## WHAT THIS TASK INVOLVES
Among the records that follow, set down only the lines from the one containing "v 51.916 -56.211 13.5" to the one containing "v 49.7 30 13.5", both included, exactly.

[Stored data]
------------------------
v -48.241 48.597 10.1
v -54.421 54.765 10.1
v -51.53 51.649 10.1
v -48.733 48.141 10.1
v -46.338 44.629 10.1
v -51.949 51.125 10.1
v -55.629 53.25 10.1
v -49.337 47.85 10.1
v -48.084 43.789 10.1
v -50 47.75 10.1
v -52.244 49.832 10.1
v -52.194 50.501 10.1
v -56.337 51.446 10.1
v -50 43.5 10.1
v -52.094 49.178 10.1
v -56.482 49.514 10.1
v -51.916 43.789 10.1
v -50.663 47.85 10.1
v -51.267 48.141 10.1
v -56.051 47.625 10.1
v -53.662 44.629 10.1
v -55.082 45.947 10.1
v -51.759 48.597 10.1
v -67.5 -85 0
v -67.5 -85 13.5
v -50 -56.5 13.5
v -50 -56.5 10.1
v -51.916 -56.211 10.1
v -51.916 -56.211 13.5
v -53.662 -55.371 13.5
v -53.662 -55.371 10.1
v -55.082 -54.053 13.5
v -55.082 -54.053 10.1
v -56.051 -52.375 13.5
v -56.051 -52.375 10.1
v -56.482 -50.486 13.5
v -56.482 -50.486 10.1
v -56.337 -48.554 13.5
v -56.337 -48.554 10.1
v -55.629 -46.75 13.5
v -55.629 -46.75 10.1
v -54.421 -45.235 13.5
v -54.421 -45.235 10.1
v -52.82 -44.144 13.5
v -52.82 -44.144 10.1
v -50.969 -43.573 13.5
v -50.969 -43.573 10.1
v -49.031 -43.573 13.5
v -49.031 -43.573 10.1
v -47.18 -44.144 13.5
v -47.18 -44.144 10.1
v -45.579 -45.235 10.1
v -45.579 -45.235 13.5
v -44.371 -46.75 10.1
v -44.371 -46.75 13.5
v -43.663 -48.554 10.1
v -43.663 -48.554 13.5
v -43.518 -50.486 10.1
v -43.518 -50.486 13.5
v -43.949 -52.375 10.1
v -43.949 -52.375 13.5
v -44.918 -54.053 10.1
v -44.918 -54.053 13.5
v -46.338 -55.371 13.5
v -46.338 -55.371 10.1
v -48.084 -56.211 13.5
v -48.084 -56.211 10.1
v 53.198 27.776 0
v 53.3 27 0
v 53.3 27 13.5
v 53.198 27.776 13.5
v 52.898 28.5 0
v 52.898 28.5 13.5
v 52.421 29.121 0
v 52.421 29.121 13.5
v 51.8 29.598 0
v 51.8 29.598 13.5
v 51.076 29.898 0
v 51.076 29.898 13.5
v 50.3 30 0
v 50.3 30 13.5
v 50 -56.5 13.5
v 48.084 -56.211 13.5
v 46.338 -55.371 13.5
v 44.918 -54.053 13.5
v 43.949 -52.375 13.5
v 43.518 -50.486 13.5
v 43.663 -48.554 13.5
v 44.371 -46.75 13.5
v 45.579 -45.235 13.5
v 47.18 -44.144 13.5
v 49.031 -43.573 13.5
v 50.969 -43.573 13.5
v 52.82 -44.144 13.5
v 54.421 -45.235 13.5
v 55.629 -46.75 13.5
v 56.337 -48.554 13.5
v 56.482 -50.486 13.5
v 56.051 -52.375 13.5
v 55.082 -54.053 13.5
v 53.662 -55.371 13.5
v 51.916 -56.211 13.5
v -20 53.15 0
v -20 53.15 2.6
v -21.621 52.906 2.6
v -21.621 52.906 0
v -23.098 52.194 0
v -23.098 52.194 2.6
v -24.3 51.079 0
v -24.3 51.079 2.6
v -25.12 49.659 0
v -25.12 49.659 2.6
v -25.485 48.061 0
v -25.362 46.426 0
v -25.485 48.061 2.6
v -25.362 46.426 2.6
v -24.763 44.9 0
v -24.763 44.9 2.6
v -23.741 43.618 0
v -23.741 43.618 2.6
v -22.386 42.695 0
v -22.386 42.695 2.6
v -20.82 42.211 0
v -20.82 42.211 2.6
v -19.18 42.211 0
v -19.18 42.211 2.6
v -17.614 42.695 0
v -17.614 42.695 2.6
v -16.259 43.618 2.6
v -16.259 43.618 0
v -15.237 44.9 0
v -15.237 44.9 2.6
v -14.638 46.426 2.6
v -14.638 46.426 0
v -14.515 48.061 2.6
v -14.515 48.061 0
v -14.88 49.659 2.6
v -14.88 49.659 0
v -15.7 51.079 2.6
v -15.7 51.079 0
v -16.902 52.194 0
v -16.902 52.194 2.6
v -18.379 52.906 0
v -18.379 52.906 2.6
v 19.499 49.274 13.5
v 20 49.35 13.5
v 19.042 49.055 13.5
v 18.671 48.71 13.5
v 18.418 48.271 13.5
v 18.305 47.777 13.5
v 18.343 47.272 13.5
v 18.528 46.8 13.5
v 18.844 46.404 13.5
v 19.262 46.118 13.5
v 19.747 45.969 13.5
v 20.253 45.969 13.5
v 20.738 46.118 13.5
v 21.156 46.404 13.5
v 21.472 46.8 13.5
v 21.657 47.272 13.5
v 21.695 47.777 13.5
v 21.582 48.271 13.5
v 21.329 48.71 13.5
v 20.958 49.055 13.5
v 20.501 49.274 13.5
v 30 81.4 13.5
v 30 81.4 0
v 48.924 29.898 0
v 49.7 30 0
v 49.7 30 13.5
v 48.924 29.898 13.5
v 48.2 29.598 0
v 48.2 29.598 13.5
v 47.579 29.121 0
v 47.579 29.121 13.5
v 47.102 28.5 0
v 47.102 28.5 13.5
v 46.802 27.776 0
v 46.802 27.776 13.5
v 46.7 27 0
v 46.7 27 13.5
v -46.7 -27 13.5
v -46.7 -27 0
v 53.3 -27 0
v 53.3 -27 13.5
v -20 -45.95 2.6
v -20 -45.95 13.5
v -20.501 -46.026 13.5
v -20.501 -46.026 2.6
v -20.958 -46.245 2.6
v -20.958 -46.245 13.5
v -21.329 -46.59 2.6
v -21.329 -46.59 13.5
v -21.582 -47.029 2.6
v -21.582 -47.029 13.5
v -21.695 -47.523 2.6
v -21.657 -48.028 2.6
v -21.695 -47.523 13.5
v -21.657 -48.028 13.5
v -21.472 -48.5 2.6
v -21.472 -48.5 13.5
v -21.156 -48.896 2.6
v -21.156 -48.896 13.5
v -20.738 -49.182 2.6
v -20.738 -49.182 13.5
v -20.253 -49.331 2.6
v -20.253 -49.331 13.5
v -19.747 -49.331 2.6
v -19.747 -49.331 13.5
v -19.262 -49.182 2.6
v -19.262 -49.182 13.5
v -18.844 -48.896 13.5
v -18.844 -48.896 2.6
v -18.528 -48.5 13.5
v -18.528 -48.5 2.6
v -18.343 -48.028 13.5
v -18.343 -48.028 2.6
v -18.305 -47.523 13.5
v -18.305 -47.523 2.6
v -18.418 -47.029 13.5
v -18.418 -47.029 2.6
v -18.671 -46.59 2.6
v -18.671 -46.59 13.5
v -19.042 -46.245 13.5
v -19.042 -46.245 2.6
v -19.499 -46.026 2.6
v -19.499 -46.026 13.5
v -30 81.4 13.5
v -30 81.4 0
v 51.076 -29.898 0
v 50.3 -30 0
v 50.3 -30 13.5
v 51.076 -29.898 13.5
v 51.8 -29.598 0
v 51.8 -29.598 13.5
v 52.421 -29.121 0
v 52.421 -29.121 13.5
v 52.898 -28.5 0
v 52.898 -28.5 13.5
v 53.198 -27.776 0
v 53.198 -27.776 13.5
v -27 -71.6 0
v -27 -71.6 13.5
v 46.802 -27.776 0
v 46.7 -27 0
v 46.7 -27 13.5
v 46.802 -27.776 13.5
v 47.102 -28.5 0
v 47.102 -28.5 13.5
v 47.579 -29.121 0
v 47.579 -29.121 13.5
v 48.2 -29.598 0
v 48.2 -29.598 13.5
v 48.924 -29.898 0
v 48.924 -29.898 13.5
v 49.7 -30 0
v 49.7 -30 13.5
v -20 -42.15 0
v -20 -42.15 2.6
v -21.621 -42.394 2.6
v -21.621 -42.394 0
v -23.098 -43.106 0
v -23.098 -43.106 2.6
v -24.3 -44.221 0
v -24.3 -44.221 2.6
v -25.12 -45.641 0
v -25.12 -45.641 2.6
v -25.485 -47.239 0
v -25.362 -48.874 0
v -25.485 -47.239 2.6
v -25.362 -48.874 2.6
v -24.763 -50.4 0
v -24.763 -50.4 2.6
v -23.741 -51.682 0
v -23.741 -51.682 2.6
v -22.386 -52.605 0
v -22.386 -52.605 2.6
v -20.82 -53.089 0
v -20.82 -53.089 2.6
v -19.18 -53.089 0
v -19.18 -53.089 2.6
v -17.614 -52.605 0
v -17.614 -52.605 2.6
------------------------
## RESPONSE BOX
v 51.916 -56.211 13.5
v -20 53.15 0
v -20 53.15 2.6
v -21.621 52.906 2.6
v -21.621 52.906 0
v -23.098 52.194 0
v -23.098 52.194 2.6
v -24.3 51.079 0
v -24.3 51.079 2.6
v -25.12 49.659 0
v -25.12 49.659 2.6
v -25.485 48.061 0
v -25.362 46.426 0
v -25.485 48.061 2.6
v -25.362 46.426 2.6
v -24.763 44.9 0
v -24.763 44.9 2.6
v -23.741 43.618 0
v -23.741 43.618 2.6
v -22.386 42.695 0
v -22.386 42.695 2.6
v -20.82 42.211 0
v -20.82 42.211 2.6
v -19.18 42.211 0
v -19.18 42.211 2.6
v -17.614 42.695 0
v -17.614 42.695 2.6
v -16.259 43.618 2.6
v -16.259 43.618 0
v -15.237 44.9 0
v -15.237 44.9 2.6
v -14.638 46.426 2.6
v -14.638 46.426 0
v -14.515 48.061 2.6
v -14.515 48.061 0
v -14.88 49.659 2.6
v -14.88 49.659 0
v -15.7 51.079 2.6
v -15.7 51.079 0
v -16.902 52.194 0
v -16.902 52.194 2.6
v -18.379 52.906 0
v -18.379 52.906 2.6
v 19.499 49.274 13.5
v 20 49.35 13.5
v 19.042 49.055 13.5
v 18.671 48.71 13.5
v 18.418 48.271 13.5
v 18.305 47.777 13.5
v 18.343 47.272 13.5
v 18.528 46.8 13.5
v 18.844 46.404 13.5
v 19.262 46.118 13.5
v 19.747 45.969 13.5
v 20.253 45.969 13.5
v 20.738 46.118 13.5
v 21.156 46.404 13.5
v 21.472 46.8 13.5
v 21.657 47.272 13.5
v 21.695 47.777 13.5
v 21.582 48.271 13.5
v 21.329 48.71 13.5
v 20.958 49.055 13.5
v 20.501 49.274 13.5
v 30 81.4 13.5
v 30 81.4 0
v 48.924 29.898 0
v 49.7 30 0
v 49.7 30 13.5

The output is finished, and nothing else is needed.